# Your top hearing frequency?



## xeonblade (Apr 21, 2012)

I'm almost 19 and I can't seem to hear above 16k and I'm kinda concerned by that. (after some checks I've noticed it suddenly goes off after 16k. Could it be my integrated sound card cuts off after 16k?)
What is your maximum?


----------



## makeitreign (Apr 21, 2012)

Which test are you using? 
On some, I can't hear past 16k, but on others, I can hear up to 18k.

Edit: If I turn this one up, I can hear to 19k.
http://www.audiocheck.net/audiotests_frequencycheckhigh.php


----------



## xeonblade (Apr 21, 2012)

On this test I suddenly start hearing at 17. It's tripping me because it's not gradual increase at all.







This is soundwave of that test. Should it really be that quiet at 22 to 17?


----------



## JPhoenix19 (Apr 21, 2012)

I wonder how high the buzz of CRT TVs are, because if I walk into a house and one is on I can tell and it bugs me.


----------



## Alex6534 (Apr 21, 2012)

JPhoenix19 said:


> I wonder how high the buzz of CRT TVs are, because if I walk into a house and one is on I can tell and it bugs me.

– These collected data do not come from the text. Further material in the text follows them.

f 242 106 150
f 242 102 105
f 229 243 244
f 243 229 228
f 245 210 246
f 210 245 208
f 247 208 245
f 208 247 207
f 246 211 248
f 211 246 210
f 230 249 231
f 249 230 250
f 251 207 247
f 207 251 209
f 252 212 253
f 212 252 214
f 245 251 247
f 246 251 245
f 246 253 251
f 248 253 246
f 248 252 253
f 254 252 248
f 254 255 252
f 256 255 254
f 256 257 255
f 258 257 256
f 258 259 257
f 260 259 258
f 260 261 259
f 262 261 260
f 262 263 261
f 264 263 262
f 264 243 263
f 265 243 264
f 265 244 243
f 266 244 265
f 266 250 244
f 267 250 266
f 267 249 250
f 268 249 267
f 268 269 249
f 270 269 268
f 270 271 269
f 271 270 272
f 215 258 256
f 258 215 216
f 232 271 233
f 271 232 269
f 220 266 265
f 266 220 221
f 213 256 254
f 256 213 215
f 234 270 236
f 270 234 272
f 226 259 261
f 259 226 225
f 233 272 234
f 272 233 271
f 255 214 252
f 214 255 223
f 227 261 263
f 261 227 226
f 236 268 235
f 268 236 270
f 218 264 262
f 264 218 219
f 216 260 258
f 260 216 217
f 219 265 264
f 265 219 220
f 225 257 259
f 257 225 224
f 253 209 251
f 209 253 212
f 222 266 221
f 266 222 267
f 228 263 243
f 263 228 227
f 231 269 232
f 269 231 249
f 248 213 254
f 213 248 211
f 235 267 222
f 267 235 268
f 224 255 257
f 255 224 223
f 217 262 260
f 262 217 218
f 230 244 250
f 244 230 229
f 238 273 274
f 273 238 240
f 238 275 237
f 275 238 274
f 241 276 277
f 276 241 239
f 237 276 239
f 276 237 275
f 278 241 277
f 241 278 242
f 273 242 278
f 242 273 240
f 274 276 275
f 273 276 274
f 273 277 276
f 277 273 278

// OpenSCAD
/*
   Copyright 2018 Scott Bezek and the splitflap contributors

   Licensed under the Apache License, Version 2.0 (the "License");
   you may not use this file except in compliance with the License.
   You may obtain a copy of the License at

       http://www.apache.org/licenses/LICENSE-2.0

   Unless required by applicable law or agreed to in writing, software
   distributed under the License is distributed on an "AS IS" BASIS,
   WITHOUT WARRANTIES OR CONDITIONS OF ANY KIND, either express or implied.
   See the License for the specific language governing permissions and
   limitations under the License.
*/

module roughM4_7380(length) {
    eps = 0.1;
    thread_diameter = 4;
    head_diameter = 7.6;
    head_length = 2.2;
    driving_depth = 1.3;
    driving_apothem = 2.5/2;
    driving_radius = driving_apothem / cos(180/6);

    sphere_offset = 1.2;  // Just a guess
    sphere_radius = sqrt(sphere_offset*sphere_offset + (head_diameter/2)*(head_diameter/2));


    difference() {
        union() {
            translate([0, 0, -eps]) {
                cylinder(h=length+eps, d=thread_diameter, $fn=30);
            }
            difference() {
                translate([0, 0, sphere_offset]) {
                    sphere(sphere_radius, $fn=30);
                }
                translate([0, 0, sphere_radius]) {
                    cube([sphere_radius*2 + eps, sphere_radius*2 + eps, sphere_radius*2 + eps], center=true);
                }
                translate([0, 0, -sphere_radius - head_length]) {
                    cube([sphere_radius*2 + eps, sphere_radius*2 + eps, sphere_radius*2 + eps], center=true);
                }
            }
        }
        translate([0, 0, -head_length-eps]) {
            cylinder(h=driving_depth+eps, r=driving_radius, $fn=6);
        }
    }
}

I'm the same, annoys the fuck out of me, even if it's upstairs


----------



## fabriarockz (Apr 21, 2012)

I felt like hit by Kenshiro and my brain was going to explode in 3... 2... 1...


----------



## Hollowway (Apr 21, 2012)

I don't know but I compensate by adding progressively more low string to my builds.


----------



## idunno (Apr 21, 2012)

I heard the 19 k from that link. What an aweful thing to listen to! I think you are fine, those frequencies suck anyway.


----------



## TRENCHLORD (Apr 21, 2012)

I didn't hear crap until 16k.
I've spent some years in machine shops and other loud factories as well though.
I agree with the above post, who needs those dog frequencies anyways.


----------



## steve1 (Apr 21, 2012)

It's normal to lose those higher frequencies with age, apparently most over 25s can't hear 15k. I can't wait til I can't hear those damn devices designed to scare off cats. I'm 24, so it shouldn't be too long now


----------



## AxeHappy (Apr 22, 2012)

I got 18K. 

My Girlfriend got 19K.

My Drummer scored 16K (but recognised "something" at 21K)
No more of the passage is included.